Trust is created by the belief that institutions will uphold their stated values, follow established rules, and act with integrity, leading to a willingness to rely on them and respect their decisions. High levels of institutional trust are crucial for a well-functioning society, enabling cooperation, social stability, and citizen engagement. 

When trust in institutions is low, it can lead to cynicism, social unrest, decreased participation in civic life, and difficulty implementing policies. The insurance industry ranks high on the list of vilified industries. Unfortunately, the murder of Brian Thompson and the ensuing criticism of healthcare insurance from many quarters is likely to bring more scrutiny to all segments of the insurance industry, including P&C. And some of that negativity may be justified. 

Aftermath of UnitedHealthcare CEO Brian Thompson Assassination

The shocking number of sympathetic voices in support of the accused murderer of Brian Thompson appearing in social media and several insurance publications are the latest manifestation of this corrosive loss of trust. Consumer activist Sen. Elizabeth Warren even stated that the killing served as a “warning” of sorts that “you can only push people so far and then they take matters into their own hands.” Other opportunists are jumping on the bandwagon and fanning the flames even before we know the reasons why the alleged killer acted and if it was truly motivated by insurance outrage. 

The P&C Insurance Industry

The P&C insurance industry is expected to exceed $2 trillion this year in the U.S. alone and is experiencing its own turmoil and breaches of trust. From the beginning, insurance was centered on the "ultimate covenant," with the promise to pay should an event occur, subject to specified conditions, including payment of premiums. However, underlying sentiment combined with the recent inflection point in healthcare serves as an alarm bell to all forms of insurance.

There are several generally perceived breaches of trust in P&C, as well. Massive rate increases and recent uninsured events and denials of coverage are in the forefront of consumers' minds.
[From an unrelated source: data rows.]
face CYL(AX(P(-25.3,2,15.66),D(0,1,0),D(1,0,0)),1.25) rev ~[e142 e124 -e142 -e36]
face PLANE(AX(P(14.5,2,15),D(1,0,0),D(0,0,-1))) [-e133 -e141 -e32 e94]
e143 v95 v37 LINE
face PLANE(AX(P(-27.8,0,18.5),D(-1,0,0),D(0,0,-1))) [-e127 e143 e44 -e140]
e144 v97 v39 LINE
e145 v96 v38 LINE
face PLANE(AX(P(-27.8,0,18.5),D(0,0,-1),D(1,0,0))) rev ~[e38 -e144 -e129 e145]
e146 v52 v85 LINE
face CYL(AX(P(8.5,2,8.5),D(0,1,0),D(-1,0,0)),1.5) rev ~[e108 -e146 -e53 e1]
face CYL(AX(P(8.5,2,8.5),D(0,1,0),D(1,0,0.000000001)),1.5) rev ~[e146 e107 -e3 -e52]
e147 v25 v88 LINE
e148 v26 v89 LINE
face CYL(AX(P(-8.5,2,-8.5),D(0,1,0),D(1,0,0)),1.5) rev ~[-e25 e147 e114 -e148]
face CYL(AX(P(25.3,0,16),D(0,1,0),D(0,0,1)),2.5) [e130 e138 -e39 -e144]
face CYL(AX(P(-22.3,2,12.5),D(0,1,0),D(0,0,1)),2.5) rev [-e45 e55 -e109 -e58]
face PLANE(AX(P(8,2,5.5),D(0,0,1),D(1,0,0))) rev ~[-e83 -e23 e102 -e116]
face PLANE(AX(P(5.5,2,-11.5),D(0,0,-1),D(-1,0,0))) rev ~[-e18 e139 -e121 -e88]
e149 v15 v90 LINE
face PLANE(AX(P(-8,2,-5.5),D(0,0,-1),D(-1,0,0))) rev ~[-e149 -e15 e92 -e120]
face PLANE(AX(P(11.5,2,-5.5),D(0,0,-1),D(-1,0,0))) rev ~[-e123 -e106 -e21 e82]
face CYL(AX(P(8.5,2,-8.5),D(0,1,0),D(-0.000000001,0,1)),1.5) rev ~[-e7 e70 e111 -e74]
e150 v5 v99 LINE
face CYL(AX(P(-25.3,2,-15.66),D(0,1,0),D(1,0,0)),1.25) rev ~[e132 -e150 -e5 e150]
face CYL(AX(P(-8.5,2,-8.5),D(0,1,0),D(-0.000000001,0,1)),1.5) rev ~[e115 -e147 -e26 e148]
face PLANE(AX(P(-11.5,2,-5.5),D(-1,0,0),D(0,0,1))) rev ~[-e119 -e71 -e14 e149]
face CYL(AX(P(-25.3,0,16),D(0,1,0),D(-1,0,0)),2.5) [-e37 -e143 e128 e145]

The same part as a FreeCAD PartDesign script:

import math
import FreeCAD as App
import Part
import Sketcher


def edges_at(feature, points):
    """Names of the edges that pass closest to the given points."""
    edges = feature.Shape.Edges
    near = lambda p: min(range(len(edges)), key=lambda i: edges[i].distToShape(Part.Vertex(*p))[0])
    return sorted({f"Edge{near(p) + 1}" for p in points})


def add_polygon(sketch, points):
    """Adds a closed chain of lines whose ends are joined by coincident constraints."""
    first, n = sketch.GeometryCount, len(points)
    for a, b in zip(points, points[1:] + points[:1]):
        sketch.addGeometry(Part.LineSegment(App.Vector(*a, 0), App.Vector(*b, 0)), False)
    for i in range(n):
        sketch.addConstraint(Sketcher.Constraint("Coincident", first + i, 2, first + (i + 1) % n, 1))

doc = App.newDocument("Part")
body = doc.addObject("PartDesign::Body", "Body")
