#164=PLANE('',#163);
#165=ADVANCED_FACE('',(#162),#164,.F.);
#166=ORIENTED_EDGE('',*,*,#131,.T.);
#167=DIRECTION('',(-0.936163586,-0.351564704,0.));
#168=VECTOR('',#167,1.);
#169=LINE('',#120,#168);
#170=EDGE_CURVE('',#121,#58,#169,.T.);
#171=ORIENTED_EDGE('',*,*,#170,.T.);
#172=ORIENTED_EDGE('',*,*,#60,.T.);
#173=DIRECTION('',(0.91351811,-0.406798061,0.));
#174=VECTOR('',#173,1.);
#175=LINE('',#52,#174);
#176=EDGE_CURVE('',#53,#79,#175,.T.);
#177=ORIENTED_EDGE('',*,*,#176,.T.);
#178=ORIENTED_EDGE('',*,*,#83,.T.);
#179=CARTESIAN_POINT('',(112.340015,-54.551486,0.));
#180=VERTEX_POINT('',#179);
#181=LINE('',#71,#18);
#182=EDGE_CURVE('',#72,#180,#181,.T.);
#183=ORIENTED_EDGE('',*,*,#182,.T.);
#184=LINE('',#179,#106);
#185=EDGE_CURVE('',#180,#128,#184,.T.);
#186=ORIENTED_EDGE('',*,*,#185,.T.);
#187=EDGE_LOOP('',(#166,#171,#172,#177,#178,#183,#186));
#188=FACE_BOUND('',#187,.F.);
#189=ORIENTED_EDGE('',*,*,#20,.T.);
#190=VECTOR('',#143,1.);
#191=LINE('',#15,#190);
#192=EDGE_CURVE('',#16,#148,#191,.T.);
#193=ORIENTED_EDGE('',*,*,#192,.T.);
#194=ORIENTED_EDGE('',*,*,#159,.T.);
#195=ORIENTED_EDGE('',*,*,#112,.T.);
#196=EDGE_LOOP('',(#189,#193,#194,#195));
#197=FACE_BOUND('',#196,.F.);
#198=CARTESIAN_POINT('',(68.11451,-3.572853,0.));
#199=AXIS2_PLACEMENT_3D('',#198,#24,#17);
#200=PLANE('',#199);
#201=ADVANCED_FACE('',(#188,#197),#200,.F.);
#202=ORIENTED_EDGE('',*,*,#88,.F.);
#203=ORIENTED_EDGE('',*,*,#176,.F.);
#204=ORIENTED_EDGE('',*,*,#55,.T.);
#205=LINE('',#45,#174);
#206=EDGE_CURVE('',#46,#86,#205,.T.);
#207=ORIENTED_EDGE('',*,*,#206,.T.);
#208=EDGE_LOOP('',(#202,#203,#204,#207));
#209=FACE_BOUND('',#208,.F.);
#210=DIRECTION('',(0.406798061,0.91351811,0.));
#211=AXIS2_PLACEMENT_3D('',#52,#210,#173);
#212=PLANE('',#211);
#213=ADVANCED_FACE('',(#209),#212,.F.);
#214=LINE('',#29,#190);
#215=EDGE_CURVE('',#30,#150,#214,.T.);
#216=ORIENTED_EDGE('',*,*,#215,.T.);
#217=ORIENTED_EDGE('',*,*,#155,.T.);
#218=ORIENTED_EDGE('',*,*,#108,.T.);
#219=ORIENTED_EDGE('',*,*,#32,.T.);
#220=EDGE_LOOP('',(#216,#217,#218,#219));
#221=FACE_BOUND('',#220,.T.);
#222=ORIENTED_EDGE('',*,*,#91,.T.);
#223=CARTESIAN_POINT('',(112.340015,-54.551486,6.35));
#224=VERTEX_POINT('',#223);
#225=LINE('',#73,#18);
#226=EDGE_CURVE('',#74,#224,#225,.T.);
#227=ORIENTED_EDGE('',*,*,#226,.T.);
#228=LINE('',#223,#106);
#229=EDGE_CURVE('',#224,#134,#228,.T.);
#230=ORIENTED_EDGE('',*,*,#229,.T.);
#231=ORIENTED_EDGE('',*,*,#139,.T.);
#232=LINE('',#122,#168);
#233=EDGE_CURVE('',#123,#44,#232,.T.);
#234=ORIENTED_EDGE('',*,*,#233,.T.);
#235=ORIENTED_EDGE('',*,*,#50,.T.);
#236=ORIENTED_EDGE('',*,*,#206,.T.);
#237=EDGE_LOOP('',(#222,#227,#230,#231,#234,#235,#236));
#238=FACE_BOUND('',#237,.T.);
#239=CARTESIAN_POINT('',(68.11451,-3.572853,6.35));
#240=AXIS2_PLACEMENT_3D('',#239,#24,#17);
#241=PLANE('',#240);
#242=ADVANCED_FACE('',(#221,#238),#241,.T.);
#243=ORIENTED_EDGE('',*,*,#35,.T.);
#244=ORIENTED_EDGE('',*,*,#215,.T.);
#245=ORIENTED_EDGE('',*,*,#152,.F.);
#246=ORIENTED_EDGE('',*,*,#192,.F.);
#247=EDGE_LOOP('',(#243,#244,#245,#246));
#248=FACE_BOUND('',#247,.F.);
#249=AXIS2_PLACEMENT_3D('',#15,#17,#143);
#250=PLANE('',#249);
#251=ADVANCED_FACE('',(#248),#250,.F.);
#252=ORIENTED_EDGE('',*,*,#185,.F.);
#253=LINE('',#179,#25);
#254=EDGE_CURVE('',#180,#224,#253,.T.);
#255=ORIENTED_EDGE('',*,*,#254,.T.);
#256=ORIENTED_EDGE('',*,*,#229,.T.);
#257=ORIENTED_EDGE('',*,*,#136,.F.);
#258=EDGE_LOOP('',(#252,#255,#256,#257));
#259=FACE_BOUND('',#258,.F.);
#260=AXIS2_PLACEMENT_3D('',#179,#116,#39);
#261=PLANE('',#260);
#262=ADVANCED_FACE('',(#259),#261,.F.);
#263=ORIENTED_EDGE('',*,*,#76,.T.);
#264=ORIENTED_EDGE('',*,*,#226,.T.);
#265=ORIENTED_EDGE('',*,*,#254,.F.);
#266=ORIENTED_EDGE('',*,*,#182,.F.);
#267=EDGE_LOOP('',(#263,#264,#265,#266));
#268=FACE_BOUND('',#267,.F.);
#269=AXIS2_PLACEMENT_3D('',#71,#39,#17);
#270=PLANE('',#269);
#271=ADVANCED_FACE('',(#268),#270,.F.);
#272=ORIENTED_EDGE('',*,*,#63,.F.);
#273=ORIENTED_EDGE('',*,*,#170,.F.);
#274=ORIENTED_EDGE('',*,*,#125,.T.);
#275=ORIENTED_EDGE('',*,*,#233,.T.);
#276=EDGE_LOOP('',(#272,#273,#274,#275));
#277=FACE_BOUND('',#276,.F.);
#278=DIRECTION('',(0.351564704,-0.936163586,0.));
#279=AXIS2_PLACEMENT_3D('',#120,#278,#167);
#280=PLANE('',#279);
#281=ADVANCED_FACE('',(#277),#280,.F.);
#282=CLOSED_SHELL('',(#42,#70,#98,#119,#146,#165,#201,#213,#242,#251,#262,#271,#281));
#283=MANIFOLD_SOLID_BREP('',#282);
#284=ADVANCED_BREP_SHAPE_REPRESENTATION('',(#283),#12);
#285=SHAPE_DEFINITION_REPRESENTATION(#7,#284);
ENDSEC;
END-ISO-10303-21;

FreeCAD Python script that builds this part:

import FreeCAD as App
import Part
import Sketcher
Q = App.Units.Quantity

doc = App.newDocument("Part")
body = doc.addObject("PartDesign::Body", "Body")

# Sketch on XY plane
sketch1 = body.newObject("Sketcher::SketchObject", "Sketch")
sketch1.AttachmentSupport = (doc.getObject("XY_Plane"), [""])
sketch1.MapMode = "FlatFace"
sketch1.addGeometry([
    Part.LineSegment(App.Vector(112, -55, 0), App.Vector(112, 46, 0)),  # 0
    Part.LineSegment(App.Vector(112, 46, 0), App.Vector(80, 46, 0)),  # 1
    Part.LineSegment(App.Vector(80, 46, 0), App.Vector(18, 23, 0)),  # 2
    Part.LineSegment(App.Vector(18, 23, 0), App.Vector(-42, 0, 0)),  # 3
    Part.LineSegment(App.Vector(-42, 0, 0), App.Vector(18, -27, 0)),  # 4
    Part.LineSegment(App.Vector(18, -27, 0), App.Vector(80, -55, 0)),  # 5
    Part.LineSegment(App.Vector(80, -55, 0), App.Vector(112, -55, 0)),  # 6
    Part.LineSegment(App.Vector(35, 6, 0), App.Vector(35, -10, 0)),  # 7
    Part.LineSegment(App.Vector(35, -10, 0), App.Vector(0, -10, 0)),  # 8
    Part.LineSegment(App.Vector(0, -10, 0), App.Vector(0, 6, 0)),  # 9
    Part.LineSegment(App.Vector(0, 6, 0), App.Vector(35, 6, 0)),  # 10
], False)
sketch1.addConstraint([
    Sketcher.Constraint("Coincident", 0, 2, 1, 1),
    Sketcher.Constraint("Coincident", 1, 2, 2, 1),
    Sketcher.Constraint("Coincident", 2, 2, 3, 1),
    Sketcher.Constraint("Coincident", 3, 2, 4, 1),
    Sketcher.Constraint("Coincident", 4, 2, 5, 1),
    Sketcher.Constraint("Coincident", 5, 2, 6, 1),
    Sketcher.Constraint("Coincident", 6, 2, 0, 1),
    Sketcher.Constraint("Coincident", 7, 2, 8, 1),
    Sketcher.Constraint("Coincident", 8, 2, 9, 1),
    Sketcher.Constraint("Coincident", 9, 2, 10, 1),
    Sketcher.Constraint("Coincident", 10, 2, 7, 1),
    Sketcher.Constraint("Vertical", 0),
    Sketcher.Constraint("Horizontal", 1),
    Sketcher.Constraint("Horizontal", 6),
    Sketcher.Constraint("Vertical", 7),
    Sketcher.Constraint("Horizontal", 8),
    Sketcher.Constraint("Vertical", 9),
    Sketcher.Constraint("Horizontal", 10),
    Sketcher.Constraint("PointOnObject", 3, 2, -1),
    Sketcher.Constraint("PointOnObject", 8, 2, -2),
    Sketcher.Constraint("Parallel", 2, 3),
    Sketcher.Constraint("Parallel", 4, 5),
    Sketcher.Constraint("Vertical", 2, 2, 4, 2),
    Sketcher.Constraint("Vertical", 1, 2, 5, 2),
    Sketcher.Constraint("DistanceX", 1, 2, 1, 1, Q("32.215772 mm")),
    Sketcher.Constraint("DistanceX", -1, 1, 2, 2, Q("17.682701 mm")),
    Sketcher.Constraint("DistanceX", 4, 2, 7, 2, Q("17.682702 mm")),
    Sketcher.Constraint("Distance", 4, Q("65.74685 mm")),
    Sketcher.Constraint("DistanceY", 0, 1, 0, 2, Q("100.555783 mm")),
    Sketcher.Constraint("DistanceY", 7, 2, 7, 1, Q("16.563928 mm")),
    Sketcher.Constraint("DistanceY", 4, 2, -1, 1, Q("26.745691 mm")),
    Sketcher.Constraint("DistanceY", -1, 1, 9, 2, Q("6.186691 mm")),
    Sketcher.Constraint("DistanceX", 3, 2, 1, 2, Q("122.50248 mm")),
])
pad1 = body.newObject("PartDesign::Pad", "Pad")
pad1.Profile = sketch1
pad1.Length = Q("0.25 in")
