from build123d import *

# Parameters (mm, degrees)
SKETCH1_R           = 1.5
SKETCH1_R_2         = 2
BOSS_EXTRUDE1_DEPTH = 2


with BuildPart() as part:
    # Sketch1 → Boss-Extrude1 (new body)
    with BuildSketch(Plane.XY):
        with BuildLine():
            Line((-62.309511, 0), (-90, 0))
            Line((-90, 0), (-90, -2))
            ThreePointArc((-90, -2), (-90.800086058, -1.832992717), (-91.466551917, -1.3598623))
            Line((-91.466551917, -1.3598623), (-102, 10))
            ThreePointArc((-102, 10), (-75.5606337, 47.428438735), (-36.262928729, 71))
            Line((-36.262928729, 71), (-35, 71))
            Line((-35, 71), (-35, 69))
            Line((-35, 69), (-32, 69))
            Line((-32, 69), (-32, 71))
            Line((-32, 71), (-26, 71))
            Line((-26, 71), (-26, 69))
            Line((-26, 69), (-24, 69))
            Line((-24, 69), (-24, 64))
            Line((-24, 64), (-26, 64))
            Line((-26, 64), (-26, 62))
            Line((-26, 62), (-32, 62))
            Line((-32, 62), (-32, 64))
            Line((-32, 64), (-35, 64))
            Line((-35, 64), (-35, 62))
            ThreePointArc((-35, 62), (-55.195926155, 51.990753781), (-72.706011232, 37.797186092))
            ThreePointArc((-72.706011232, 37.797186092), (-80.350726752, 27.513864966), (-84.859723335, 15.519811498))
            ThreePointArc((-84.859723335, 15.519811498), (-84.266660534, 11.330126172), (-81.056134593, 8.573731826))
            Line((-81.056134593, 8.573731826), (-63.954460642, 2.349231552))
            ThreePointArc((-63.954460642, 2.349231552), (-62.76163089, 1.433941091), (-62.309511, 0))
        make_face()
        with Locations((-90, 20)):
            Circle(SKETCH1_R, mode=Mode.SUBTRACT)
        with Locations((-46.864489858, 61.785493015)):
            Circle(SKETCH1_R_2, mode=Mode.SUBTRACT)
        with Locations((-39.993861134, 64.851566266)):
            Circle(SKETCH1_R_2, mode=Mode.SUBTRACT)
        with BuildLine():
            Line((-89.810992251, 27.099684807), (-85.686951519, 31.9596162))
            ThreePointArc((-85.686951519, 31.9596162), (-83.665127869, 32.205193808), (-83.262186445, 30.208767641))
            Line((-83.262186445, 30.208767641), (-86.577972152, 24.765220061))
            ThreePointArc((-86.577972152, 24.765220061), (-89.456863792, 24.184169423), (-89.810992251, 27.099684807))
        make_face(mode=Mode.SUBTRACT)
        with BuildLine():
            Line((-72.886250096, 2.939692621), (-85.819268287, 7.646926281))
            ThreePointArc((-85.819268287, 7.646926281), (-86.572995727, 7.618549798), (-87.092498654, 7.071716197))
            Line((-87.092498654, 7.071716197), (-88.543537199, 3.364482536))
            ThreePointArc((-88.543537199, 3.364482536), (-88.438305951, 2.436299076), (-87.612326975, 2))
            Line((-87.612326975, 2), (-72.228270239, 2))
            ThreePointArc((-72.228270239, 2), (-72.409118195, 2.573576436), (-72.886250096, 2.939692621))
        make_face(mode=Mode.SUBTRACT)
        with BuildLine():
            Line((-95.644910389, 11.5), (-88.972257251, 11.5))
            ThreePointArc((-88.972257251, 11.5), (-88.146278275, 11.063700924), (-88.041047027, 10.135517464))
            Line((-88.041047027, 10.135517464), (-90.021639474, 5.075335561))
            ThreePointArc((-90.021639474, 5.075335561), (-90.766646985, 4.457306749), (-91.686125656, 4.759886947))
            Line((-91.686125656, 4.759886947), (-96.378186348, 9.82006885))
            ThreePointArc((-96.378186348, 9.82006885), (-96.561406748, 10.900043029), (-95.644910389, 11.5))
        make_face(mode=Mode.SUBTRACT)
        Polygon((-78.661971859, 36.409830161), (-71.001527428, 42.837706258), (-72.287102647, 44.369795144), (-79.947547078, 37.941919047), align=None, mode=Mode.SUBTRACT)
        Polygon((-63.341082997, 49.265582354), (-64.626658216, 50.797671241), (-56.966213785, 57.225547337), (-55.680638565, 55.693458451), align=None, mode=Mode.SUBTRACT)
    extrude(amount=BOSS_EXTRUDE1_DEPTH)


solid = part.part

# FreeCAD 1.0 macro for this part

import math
import FreeCAD as App
import Part
import Sketcher

V = App.Vector
Q = App.Units.Quantity


def add_polygon(sketch, points):
    """Adds a closed chain of lines whose ends are joined by coincident constraints."""
    first, n = sketch.GeometryCount, len(points)
    for a, b in zip(points, points[1:] + points[:1]):
        sketch.addGeometry(Part.LineSegment(App.Vector(*a, 0), App.Vector(*b, 0)), False)
    for i in range(n):
        sketch.addConstraint(Sketcher.Constraint("Coincident", first + i, 2, first + (i + 1) % n, 1))

doc = App.newDocument("Part")
body = doc.addObject("PartDesign::Body", "Body")

sketch1 = body.newObject("Sketcher::SketchObject", "Sketch")
sketch1.AttachmentSupport = (doc.getObject("XY_Plane"), [""])
sketch1.MapMode = "FlatFace"
sketch1.addGeometry(Part.LineSegment(V(-90, 0, 0), V(-62.3, 0, 0)), False)
sketch1.addGeometry(Part.ArcOfCircle(Part.Circle(V(-64.8, 0, 0), V(0, 0, 1), 2.5), math.radians(0), math.radians(70)), False)
sketch1.addGeometry(Part.LineSegment(V(-64, 2.3, 0), V(-81.1, 8.6, 0)), False)
sketch1.addGeometry(Part.ArcOfCircle(Part.Circle(V(-79, 14.2, 0), V(0, 0, 1), 6), math.radians(167), math.radians(250)), False)
sketch1.addGeometry(Part.ArcOfCircle(Part.Circle(V(-40, 5.5, 0), V(0, 0, 1), 46), math.radians(135), math.radians(167)), False)
sketch1.addGeometry(Part.ArcOfCircle(Part.Circle(V(0, -34, 0), V(0, 0, 1), 102.2), math.radians(110), math.radians(135)), False)
sketch1.addGeometry(Part.LineSegment(V(-35, 62, 0), V(-35, 64, 0)), False)
sketch1.addGeometry(Part.LineSegment(V(-35, 64, 0), V(-32, 64, 0)), False)
sketch1.addGeometry(Part.LineSegment(V(-32, 64, 0), V(-32, 62, 0)), False)
sketch1.addGeometry(Part.LineSegment(V(-32, 62, 0), V(-26, 62, 0)), False)
sketch1.addGeometry(Part.LineSegment(V(-26, 62, 0), V(-26, 64, 0)), False)
sketch1.addGeometry(Part.LineSegment(V(-26, 64, 0), V(-24, 64, 0)), False)
sketch1.addGeometry(Part.LineSegment(V(-24, 64, 0), V(-24, 69, 0)), False)
sketch1.addGeometry(Part.LineSegment(V(-24, 69, 0), V(-26, 69, 0)), False)
sketch1.addGeometry(Part.LineSegment(V(-26, 69, 0), V(-26, 71, 0)), False)
sketch1.addGeometry(Part.LineSegment(V(-26, 71, 0), V(-32, 71, 0)), False)
sketch1.addGeometry(Part.LineSegment(V(-32, 71, 0), V(-32, 69, 0)), False)
sketch1.addGeometry(Part.LineSegment(V(-32, 69, 0), V(-35, 69, 0)), False)
sketch1.addGeometry(Part.LineSegment(V(-35, 69, 0), V(-35, 71, 0)), False)
sketch1.addGeometry(Part.LineSegment(V(-35, 71, 0), V(-36.3, 71, 0)), False)
sketch1.addGeometry(Part.ArcOfCircle(Part.Circle(V(0, -34, 0), V(0, 0, 1), 111.1), math.radians(109), math.radians(157)), False)
sketch1.addGeometry(Part.LineSegment(V(-102, 10, 0), V(-91.5, -1.4, 0)), False)
sketch1.addGeometry(Part.ArcOfCircle(Part.Circle(V(-90, 0, 0), V(0, 0, 1), 2), math.radians(-137), math.radians(-90)), False)
sketch1.addGeometry(Part.LineSegment(V(-90, -2, 0), V(-90, 0, 0)), False)
sketch1.addGeometry(Part.ArcOfCircle(Part.Circle(V(-73.2, 2, 0), V(0, 0, 1), 1), math.radians(0), math.radians(70)), False)
sketch1.addGeometry(Part.LineSegment(V(-72.2, 2, 0), V(-87.6, 2, 0)), False)
sketch1.addGeometry(Part.ArcOfCircle(Part.Circle(V(-87.6, 3, 0), V(0, 0, 1), 1), math.radians(159), math.radians(270)), False)
sketch1.addGeometry(Part.LineSegment(V(-88.5, 3.4, 0), V(-87.1, 7.1, 0)), False)
sketch1.addGeometry(Part.ArcOfCircle(Part.Circle(V(-86.2, 6.7, 0), V(0, 0, 1), 1), math.radians(70), math.radians(159)), False)
sketch1.addGeometry(Part.LineSegment(V(-85.8, 7.6, 0), V(-72.9, 2.9, 0)), False)
sketch1.addGeometry(Part.LineSegment(V(-95.6, 11.5, 0), V(-89, 11.5, 0)), False)
sketch1.addGeometry(Part.ArcOfCircle(Part.Circle(V(-89, 10.5, 0), V(0, 0, 1), 1), math.radians(-21), math.radians(90)), False)
sketch1.addGeometry(Part.LineSegment(V(-88, 10.1, 0), V(-90, 5.1, 0)), False)
sketch1.addGeometry(Part.ArcOfCircle(Part.Circle(V(-91, 5.4, 0), V(0, 0, 1), 1), math.radians(-137), math.radians(-21)), False)
sketch1.addGeometry(Part.LineSegment(V(-91.7, 4.8, 0), V(-96.4, 9.8, 0)), False)
sketch1.addGeometry(Part.ArcOfCircle(Part.Circle(V(-95.6, 10.5, 0), V(0, 0, 1), 1), math.radians(90), math.radians(223)), False)
sketch1.addGeometry(Part.Circle(V(-90, 20, 0), V(0, 0, 1), 1.5), False)
sketch1.addGeometry(Part.LineSegment(V(-89.8, 27.1, 0), V(-85.7, 32, 0)), False)
sketch1.addGeometry(Part.ArcOfCircle(Part.Circle(V(-84.5, 31, 0), V(0, 0, 1), 1.5), math.radians(-31), math.radians(140)), False)
sketch1.addGeometry(Part.LineSegment(V(-83.3, 30.2, 0), V(-86.6, 24.8, 0)), False)
sketch1.addGeometry(Part.ArcOfCircle(Part.Circle(V(-88.3, 25.8, 0), V(0, 0, 1), 2), math.radians(140), math.radians(329)), False)
sketch1.addGeometry(Part.Circle(V(-40, 64.9, 0), V(0, 0, 1), 2), False)
sketch1.addGeometry(Part.Circle(V(-46.9, 61.8, 0), V(0, 0, 1), 2), False)
add_polygon(sketch1, [(-63.3, 49.3), (-64.6, 50.8), (-57, 57.2), (-55.7, 55.7)])
add_polygon(sketch1, [(-78.7, 36.4), (-79.9, 37.9), (-72.3, 44.4), (-71, 42.8)])
sketch1.addConstraint([
    Sketcher.Constraint("Coincident", 0, 2, 1, 1),
    Sketcher.Constraint("Tangent", 1, 2, 2, 1),
    Sketcher.Constraint("Tangent", 2, 2, 3, 2),
    Sketcher.Constraint("Tangent", 3, 1, 4, 2),
    Sketcher.Constraint("Tangent", 4, 1, 5, 2),
    Sketcher.Constraint("Coincident", 5, 1, 6, 1),
    Sketcher.Constraint("Coincident", 6, 2, 7, 1),
    Sketcher.Constraint("Coincident", 7, 2, 8, 1),
    Sketcher.Constraint("Coincident", 8, 2, 9, 1),
    Sketcher.Constraint("Coincident", 9, 2, 10, 1),
    Sketcher.Constraint("Coincident", 10, 2, 11, 1),
    Sketcher.Constraint("Coincident", 11, 2, 12, 1),
    Sketcher.Constraint("Coincident", 12, 2, 13, 1),
    Sketcher.Constraint("Coincident", 13, 2, 14, 1),
    Sketcher.Constraint("Coincident", 14, 2, 15, 1),
    Sketcher.Constraint("Coincident", 15, 2, 16, 1),
    Sketcher.Constraint("Coincident", 16, 2, 17, 1),
    Sketcher.Constraint("Coincident", 17, 2, 18, 1),
    Sketcher.Constraint("Coincident", 18, 2, 19, 1),
    Sketcher.Constraint("Coincident", 19, 2, 20, 1),
    Sketcher.Constraint("Coincident", 20, 2, 21, 1),
    Sketcher.Constraint("Tangent", 21, 2, 22, 1),
    Sketcher.Constraint("Coincident", 22, 2, 23, 1),
    Sketcher.Constraint("Coincident", 23, 2, 0, 1),
    Sketcher.Constraint("Coincident", 24, 1, 25, 1),
    Sketcher.Constraint("Tangent", 25, 2, 26, 2),
    Sketcher.Constraint("Tangent", 26, 1, 27, 1),
    Sketcher.Constraint("Tangent", 27, 2, 28, 2),
    Sketcher.Constraint("Tangent", 28, 1, 29, 1),
    Sketcher.Constraint("Tangent", 29, 2, 24, 2),
    Sketcher.Constraint("Tangent", 30, 2, 31, 2),
    Sketcher.Constraint("Tangent", 31, 1, 32, 1),
    Sketcher.Constraint("Tangent", 32, 2, 33, 2),
    Sketcher.Constraint("Tangent", 33, 1, 34, 1),
    Sketcher.Constraint("Tangent", 34, 2, 35, 2),
    Sketcher.Constraint("Tangent", 35, 1, 30, 1),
Questionable use of personal information collected in conjunction with connected vehicle programs along with overall insurance distrust has limited opt-in of usage-based auto insurance. A common refrain is, "I don’t want my insurance company watching me drive.” Use of aerial imagery has sparked commentary: “Is my insurer spying on me?” Recurring regulatory fines, class action suits and settlements focused on claims practices are extensively reported as tying reduced payouts to higher profits. The suspension and withdrawal of coverage, and threats of that by carriers, in higher risk markets such as California, Florida, New York, and New Jersey have only added to the animosity and loss of trust. 

See also: Building Trust in Insurance with Technology

Trail of Broken Trust

Trust in general has been slowly deteriorating in numerous and serious ways across a broad swath of society.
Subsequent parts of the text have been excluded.